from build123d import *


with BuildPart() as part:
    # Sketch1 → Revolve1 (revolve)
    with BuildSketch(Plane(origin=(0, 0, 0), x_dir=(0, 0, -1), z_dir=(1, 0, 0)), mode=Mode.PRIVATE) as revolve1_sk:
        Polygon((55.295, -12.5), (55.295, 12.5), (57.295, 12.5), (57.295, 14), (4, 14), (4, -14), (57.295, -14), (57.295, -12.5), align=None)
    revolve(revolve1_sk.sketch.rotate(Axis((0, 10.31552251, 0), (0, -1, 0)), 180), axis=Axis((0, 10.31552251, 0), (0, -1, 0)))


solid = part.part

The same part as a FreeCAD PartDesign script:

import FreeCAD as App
import Part
import Sketcher
from FreeCAD import Vector
Q = App.Units.Quantity

doc = App.newDocument("Part")
body = doc.addObject("PartDesign::Body", "Body")

sketch1 = doc.addObject("Sketcher::SketchObject", "Sketch")
body.addObject(sketch1)
sketch1.AttachmentSupport = (doc.YZ_Plane, [""])
sketch1.MapMode = "FlatFace"
sketch1.addGeometry([
    Part.LineSegment(Vector(-12.5, -55.3, 0), Vector(12.5, -55.3, 0)),
    Part.LineSegment(Vector(12.5, -55.3, 0), Vector(12.5, -57.3, 0)),
    Part.LineSegment(Vector(12.5, -57.3, 0), Vector(14, -57.3, 0)),
    Part.LineSegment(Vector(14, -57.3, 0), Vector(14, -4, 0)),
    Part.LineSegment(Vector(14, -4, 0), Vector(-14, -4, 0)),
    Part.LineSegment(Vector(-14, -4, 0), Vector(-14, -57.3, 0)),
    Part.LineSegment(Vector(-14, -57.3, 0), Vector(-12.5, -57.3, 0)),
    Part.LineSegment(Vector(-12.5, -57.3, 0), Vector(-12.5, -55.3, 0)),
], False)
sketch1.addConstraint([
    Sketcher.Constraint("Coincident", 0, 2, 1, 1),
    Sketcher.Constraint("Coincident", 1, 2, 2, 1),
    Sketcher.Constraint("Coincident", 2, 2, 3, 1),
    Sketcher.Constraint("Coincident", 3, 2, 4, 1),
    Sketcher.Constraint("Coincident", 4, 2, 5, 1),
    Sketcher.Constraint("Coincident", 5, 2, 6, 1),
    Sketcher.Constraint("Coincident", 6, 2, 7, 1),
    Sketcher.Constraint("Coincident", 7, 2, 0, 1),
    Sketcher.Constraint("Horizontal", 0),
    Sketcher.Constraint("Vertical", 1),
    Sketcher.Constraint("Horizontal", 2),
    Sketcher.Constraint("Vertical", 3),
    Sketcher.Constraint("Horizontal", 4),
    Sketcher.Constraint("Vertical", 5),
    Sketcher.Constraint("Horizontal", 6),
    Sketcher.Constraint("Vertical", 7),
    Sketcher.Constraint("Symmetric", 2, 2, 5, 2, -2),
    Sketcher.Constraint("Equal", 2, 6),
    Sketcher.Constraint("DistanceX", 0, 1, 0, 2, Q("25 mm")),
    Sketcher.Constraint("DistanceX", 4, 2, 4, 1, Q("28 mm")),
    Sketcher.Constraint("DistanceY", 1, 2, 1, 1, Q("2 mm")),
    Sketcher.Constraint("DistanceY", 3, 2, -1, 1, Q("4 mm")),
    Sketcher.Constraint("DistanceY", 3, 1, 3, 2, Q("53.295 mm")),
])
revolution = doc.addObject("PartDesign::Revolution", "Revolution")
body.addObject(revolution)
revolution.Profile = sketch1
revolution.ReferenceAxis = (sketch1, ["H_Axis"])
revolution.Angle = 360

doc.recompute()
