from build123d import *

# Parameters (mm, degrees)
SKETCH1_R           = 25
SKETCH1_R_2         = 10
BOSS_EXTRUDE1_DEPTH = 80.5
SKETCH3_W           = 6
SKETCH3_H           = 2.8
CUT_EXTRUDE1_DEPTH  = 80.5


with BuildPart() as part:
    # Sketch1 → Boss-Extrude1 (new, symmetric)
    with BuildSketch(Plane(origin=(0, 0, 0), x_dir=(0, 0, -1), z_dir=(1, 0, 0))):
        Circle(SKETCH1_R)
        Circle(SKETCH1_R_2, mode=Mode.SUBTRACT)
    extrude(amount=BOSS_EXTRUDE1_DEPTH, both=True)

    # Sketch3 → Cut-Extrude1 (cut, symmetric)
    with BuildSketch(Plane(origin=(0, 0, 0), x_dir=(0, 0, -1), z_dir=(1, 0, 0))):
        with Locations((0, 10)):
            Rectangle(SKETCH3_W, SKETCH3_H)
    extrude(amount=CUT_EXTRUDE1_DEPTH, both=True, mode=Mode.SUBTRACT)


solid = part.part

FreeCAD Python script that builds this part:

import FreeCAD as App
import Part
import Sketcher

V = App.Vector
Q = App.Units.Quantity

doc = App.newDocument("Part")
body = doc.addObject("PartDesign::Body", "Body")

sketch1 = body.newObject("Sketcher::SketchObject", "Sketch")
sketch1.AttachmentSupport = (doc.getObject("YZ_Plane"), [""])
sketch1.MapMode = "FlatFace"
sketch1.addGeometry([
    Part.Circle(V(0, 0, 0), V(0, 0, 1), 25),
    Part.Circle(V(0, 0, 0), V(0, 0, 1), 10),
], False)
sketch1.addConstraint([
    Sketcher.Constraint("Coincident", 0, 3, -1, 1),
    Sketcher.Constraint("Coincident", 1, 3, -1, 1),
    Sketcher.Constraint("Diameter", 0, Q("50 mm")),
    Sketcher.Constraint("Diameter", 1, Q("20 mm")),
])
pad1 = body.newObject("PartDesign::Pad", "Pad")
pad1.Profile = sketch1
pad1.Length = 161
pad1.Midplane = True

sketch2 = body.newObject("Sketcher::SketchObject", "Sketch001")
sketch2.AttachmentSupport = (doc.getObject("YZ_Plane"), [""])
sketch2.MapMode = "FlatFace"
sketch2.addGeometry([
    Part.LineSegment(V(11.4, 3, 0), V(8.6, 3, 0)),
    Part.LineSegment(V(8.6, 3, 0), V(8.6, -3, 0)),
    Part.LineSegment(V(8.6, -3, 0), V(11.4, -3, 0)),
    Part.LineSegment(V(11.4, -3, 0), V(11.4, 3, 0)),
], False)
sketch2.addConstraint([
    Sketcher.Constraint("Coincident", 0, 2, 1, 1),
    Sketcher.Constraint("Coincident", 1, 2, 2, 1),
    Sketcher.Constraint("Coincident", 2, 2, 3, 1),
    Sketcher.Constraint("Coincident", 3, 2, 0, 1),
    Sketcher.Constraint("Horizontal", 0),
    Sketcher.Constraint("Vertical", 1),
    Sketcher.Constraint("Horizontal", 2),
    Sketcher.Constraint("Vertical", 3),
    Sketcher.Constraint("DistanceY", 1, 2, 1, 1, Q("6 mm")),
    Sketcher.Constraint("DistanceX", 0, 2, 0, 1, Q("2.8 mm")),
    Sketcher.Constraint("DistanceY", -1, 1, 0, 2, Q("3 mm")),
    Sketcher.Constraint("DistanceX", -1, 1, 0, 2, Q("8.6 mm")),
])
pocket1 = body.newObject("PartDesign::Pocket", "Pocket")
pocket1.Profile = sketch2
pocket1.Length = 161
pocket1.Midplane = True

doc.recompute()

◆ ◆ ◆ ◆

[What you will do] Copy exactly the lines that run from the first line of the data to the line containing "The same part", please, with both ends included and nothing else.

[Exercise answer]
from build123d import *


with BuildPart() as part:
    # Sketch1 → Revolve1 (revolve)
    with BuildSketch(Plane(origin=(0, 0, 0), x_dir=(0, 0, -1), z_dir=(1, 0, 0)), mode=Mode.PRIVATE) as revolve1_sk:
        Polygon((55.295, -12.5), (55.295, 12.5), (57.295, 12.5), (57.295, 14), (4, 14), (4, -14), (57.295, -14), (57.295, -12.5), align=None)
    revolve(revolve1_sk.sketch.rotate(Axis((0, 10.31552251, 0), (0, -1, 0)), 180), axis=Axis((0, 10.31552251, 0), (0, -1, 0)))


solid = part.part

The same part as a FreeCAD PartDesign script:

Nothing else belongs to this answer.